Dear Myka Stauffer,
Should I approach as Influencer to Influencer? Adoptee to (former) adoptive mom? Human to human? What would speak louder to you?
My name is Taylor. I am new to influencing but I have many years of experience in social media marketing. I know what it’s like to get those special brand collaborations. To find your special niche where other people look to you as an expert. I’ve found mine to be in lifestyle and beauty while you found that in the mommy blog world. But then you found yourself in the adoption niche. A niche I am well familiar with as I maintain a blog about my own Chinese adoption. You have chosen to position yourself as an advocate for international adoption and adoptees. Yet, I can’t help but feel that you valued the money more than your actual relationship with your former son.
My name is Taylor. I am a Chinese adoptee. I have spent countless years struggling with my identity as a Chinese American Adoptee. I have struggled with my adoption and the countless what ifs that come with it. There are times that I love being adopted and times where I absolutely hate it. Two things have helped me navigating my adoption, my faith in the Lord and my adoptive parents. When my adoptive parents adopted me, they didn’t get some pristine file listing my needs and abilities. They didn’t know my genetic history or genealogy. Yet they chose to be my parents. We have our ups and downs and yet they have always and always will be my parents. I sadly can’t say the same about your former son.
You asked for support from your followers with your journey both emotional and financially. You exploited your former son’s personal information to get more views. You chose to have a fourth biological child when you were already struggling to take care of the one you chose to bring into the family. You chose to bring your former son into your family. You didn’t randomly become pregnant with him. You had to go through countless forms, evaluations, and trials to finally bring him home. You chose to welcome him into your home as a son only to rehome him a few years later. You chose to adopt him when you could have said no. Would that have been a hard decision? Absolutely, especially when your heart was set on adopting. Would that have saved your former son from additional and unneeded trauma? 100%.

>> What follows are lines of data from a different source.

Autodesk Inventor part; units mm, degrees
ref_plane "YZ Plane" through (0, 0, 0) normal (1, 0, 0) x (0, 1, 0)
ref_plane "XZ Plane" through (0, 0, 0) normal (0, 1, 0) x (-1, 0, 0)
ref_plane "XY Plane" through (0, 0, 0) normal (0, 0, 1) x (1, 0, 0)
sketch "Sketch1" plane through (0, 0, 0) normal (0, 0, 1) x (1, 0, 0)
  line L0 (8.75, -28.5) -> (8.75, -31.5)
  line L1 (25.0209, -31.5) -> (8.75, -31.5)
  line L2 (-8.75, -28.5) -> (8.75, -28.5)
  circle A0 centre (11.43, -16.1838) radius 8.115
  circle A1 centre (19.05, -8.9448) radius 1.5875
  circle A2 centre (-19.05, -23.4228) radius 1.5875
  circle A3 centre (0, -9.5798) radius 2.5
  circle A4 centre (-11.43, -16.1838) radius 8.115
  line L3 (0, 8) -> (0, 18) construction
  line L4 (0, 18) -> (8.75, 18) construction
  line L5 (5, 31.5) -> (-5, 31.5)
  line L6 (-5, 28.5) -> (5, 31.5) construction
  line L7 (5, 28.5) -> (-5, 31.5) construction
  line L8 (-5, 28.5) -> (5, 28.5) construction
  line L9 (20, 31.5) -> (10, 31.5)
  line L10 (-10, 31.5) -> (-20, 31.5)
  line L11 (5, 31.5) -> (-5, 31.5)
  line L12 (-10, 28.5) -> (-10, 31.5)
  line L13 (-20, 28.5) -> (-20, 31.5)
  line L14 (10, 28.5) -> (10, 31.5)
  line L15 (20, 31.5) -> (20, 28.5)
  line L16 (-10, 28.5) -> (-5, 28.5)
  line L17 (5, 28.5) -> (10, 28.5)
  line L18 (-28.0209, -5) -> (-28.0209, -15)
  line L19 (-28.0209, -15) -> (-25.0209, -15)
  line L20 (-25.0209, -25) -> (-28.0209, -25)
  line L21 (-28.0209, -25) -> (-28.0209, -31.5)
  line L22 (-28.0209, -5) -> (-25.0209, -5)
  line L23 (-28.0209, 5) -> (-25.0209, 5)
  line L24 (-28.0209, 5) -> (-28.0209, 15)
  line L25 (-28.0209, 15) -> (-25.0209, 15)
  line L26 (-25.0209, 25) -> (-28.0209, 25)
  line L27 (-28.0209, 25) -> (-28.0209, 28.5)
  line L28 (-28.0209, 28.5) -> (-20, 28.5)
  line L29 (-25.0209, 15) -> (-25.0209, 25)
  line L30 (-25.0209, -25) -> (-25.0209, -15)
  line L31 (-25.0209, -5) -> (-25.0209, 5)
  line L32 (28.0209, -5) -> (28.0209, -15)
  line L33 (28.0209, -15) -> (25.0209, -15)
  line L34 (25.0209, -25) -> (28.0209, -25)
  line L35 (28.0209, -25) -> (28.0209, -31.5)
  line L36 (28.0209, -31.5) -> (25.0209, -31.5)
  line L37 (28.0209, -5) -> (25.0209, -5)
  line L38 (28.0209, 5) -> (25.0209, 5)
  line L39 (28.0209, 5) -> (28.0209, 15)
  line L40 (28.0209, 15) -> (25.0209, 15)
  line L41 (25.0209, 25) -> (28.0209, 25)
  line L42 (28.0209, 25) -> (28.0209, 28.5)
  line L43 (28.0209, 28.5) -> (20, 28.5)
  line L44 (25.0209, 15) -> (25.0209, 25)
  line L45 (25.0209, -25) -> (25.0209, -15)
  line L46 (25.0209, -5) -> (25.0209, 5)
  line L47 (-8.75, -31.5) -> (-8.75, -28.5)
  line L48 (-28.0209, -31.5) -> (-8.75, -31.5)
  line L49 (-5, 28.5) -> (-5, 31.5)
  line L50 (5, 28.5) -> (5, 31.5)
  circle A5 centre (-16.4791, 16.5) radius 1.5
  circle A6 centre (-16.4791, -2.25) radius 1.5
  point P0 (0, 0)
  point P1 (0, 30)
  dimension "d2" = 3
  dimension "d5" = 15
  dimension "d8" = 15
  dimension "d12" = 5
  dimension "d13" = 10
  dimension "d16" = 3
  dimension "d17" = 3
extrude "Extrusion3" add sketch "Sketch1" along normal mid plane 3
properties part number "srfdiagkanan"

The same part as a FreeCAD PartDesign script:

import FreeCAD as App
import Part
import Sketcher

V = App.Vector
Q = App.Units.Quantity

doc = App.newDocument("Part")
body = doc.addObject("PartDesign::Body", "Body")

sketch1 = body.newObject("Sketcher::SketchObject", "Sketch")
sketch1.AttachmentSupport = (doc.getObject("XY_Plane"), [""])
sketch1.MapMode = "FlatFace"
sketch1.addGeometry(Part.LineSegment(V(-8.8, -28.5, 0), V(8.8, -28.5, 0)), False)
sketch1.addGeometry(Part.LineSegment(V(8.8, -28.5, 0), V(8.8, -31.5, 0)), False)
sketch1.addGeometry(Part.LineSegment(V(8.8, -31.5, 0), V(28, -31.5, 0)), False)
sketch1.addGeometry(Part.LineSegment(V(28, -31.5, 0), V(28, -25, 0)), False)
sketch1.addGeometry(Part.LineSegment(V(28, -25, 0), V(25, -25, 0)), False)
sketch1.addGeometry(Part.LineSegment(V(25, -25, 0), V(25, -15, 0)), False)
sketch1.addGeometry(Part.LineSegment(V(25, -15, 0), V(28, -15, 0)), False)
sketch1.addGeometry(Part.LineSegment(V(28, -15, 0), V(28, -5, 0)), False)
sketch1.addGeometry(Part.LineSegment(V(28, -5, 0), V(25, -5, 0)), False)
sketch1.addGeometry(Part.LineSegment(V(25, -5, 0), V(25, 5, 0)), False)
sketch1.addGeometry(Part.LineSegment(V(25, 5, 0), V(28, 5, 0)), False)
sketch1.addGeometry(Part.LineSegment(V(28, 5, 0), V(28, 15, 0)), False)
sketch1.addGeometry(Part.LineSegment(V(28, 15, 0), V(25, 15, 0)), False)
sketch1.addGeometry(Part.LineSegment(V(25, 15, 0), V(25, 25, 0)), False)
sketch1.addGeometry(Part.LineSegment(V(25, 25, 0), V(28, 25, 0)), False)
sketch1.addGeometry(Part.LineSegment(V(28, 25, 0), V(28, 28.5, 0)), False)
sketch1.addGeometry(Part.LineSegment(V(28, 28.5, 0), V(20, 28.5, 0)), False)
sketch1.addGeometry(Part.LineSegment(V(20, 28.5, 0), V(20, 31.5, 0)), False)
sketch1.addGeometry(Part.LineSegment(V(20, 31.5, 0), V(10, 31.5, 0)), False)
sketch1.addGeometry(Part.LineSegment(V(10, 31.5, 0), V(10, 28.5, 0)), False)
sketch1.addGeometry(Part.LineSegment(V(10, 28.5, 0), V(5, 28.5, 0)), False)
sketch1.addGeometry(Part.LineSegment(V(5, 28.5, 0), V(5, 31.5, 0)), False)
sketch1.addGeometry(Part.LineSegment(V(5, 31.5, 0), V(-5, 31.5, 0)), False)
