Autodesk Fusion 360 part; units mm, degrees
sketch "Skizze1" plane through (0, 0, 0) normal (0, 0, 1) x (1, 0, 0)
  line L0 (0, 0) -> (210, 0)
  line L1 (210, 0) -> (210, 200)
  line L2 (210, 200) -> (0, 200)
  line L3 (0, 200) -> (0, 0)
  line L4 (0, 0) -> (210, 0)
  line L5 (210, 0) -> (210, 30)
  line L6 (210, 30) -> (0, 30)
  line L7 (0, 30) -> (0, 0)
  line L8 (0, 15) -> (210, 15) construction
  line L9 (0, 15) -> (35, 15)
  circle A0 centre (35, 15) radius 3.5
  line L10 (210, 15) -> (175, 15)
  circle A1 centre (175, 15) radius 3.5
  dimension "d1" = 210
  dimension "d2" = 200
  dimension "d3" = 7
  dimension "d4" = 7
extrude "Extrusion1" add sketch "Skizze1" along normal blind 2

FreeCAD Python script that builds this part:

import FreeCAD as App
import Part
import Sketcher

doc = App.newDocument("Part")
body = doc.addObject("PartDesign::Body", "Body")

# Sketch on XY plane
sketch1 = body.newObject("Sketcher::SketchObject", "Sketch")
sketch1.AttachmentSupport = (doc.getObject("XY_Plane"), [""])
sketch1.MapMode = "FlatFace"
sketch1.addGeometry([
    Part.LineSegment(App.Vector(0, 15, 0), App.Vector(0, 0, 0)),  # 0
    Part.LineSegment(App.Vector(0, 0, 0), App.Vector(210, 0, 0)),  # 1
    Part.LineSegment(App.Vector(210, 0, 0), App.Vector(210, 15, 0)),  # 2
    Part.LineSegment(App.Vector(210, 15, 0), App.Vector(210, 200, 0)),  # 3
    Part.LineSegment(App.Vector(210, 200, 0), App.Vector(0, 200, 0)),  # 4
    Part.LineSegment(App.Vector(0, 200, 0), App.Vector(0, 15, 0)),  # 5
    Part.Circle(App.Vector(35, 15, 0), App.Vector(0, 0, 1), 3.5),  # 6
    Part.Circle(App.Vector(175, 15, 0), App.Vector(0, 0, 1), 3.5),  # 7
], False)
sketch1.addConstraint([
    Sketcher.Constraint("Coincident", 0, 2, 1, 1),
    Sketcher.Constraint("Coincident", 1, 2, 2, 1),
    Sketcher.Constraint("Coincident", 2, 2, 3, 1),
    Sketcher.Constraint("Coincident", 3, 2, 4, 1),
    Sketcher.Constraint("Coincident", 4, 2, 5, 1),
    Sketcher.Constraint("Coincident", 5, 2, 0, 1),
    Sketcher.Constraint("Vertical", 0),
    Sketcher.Constraint("Horizontal", 1),
    Sketcher.Constraint("Vertical", 2),
    Sketcher.Constraint("Vertical", 3),
    Sketcher.Constraint("Horizontal", 4),
    Sketcher.Constraint("Vertical", 5),
    Sketcher.Constraint("Coincident", 0, 2, -1, 1),
    Sketcher.Constraint("Equal", 6, 7),
    Sketcher.Constraint("Horizontal", 6, 3, 7, 3),
    Sketcher.Constraint("Horizontal", 7, 3, 2, 2),
    Sketcher.Constraint("Horizontal", 2, 2, 5, 2),
    Sketcher.Constraint("Diameter", 6, 7.0),
    Sketcher.Constraint("DistanceX", 1, 1, 1, 2, 210.0),
    Sketcher.Constraint("DistanceY", -1, 1, 3, 2, 200.0),
    Sketcher.Constraint("DistanceY", 0, 2, 0, 1, 15.0),
    Sketcher.Constraint("DistanceX", -1, 1, 6, 3, 35.0),
    Sketcher.Constraint("DistanceX", -1, 1, 7, 3, 175.0),
])
pad1 = body.newObject("PartDesign::Pad", "Pad")
pad1.Profile = sketch1
pad1.Length = 2

doc.recompute()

Putting the adoptee and influencer point of views aside, it is disturbing to see the lack of care your family is exhibiting towards this whole situation. Your TikTok has videos of your other children who you are loving on. Your Instagram shows followers how to clean their house and how cute your biological children were. I realize there might have been issues you chose to keep off camera, but you also chose to share very intimate details about your former son’s life just to make a buck. You chose to step up and be your former son’s parents. But you ultimately chose to keep your biological family together and send away the adopted one like he was an unwanted pet.
Myka, I think this boils down to you. You and your husband had a choice. You could have chosen so many other paths for your family. There are so many worthy children here in the United States or any other country. You admitted you were not quick to jump on board with the idea of adopting a special needs child. Why did you choose the answer yes?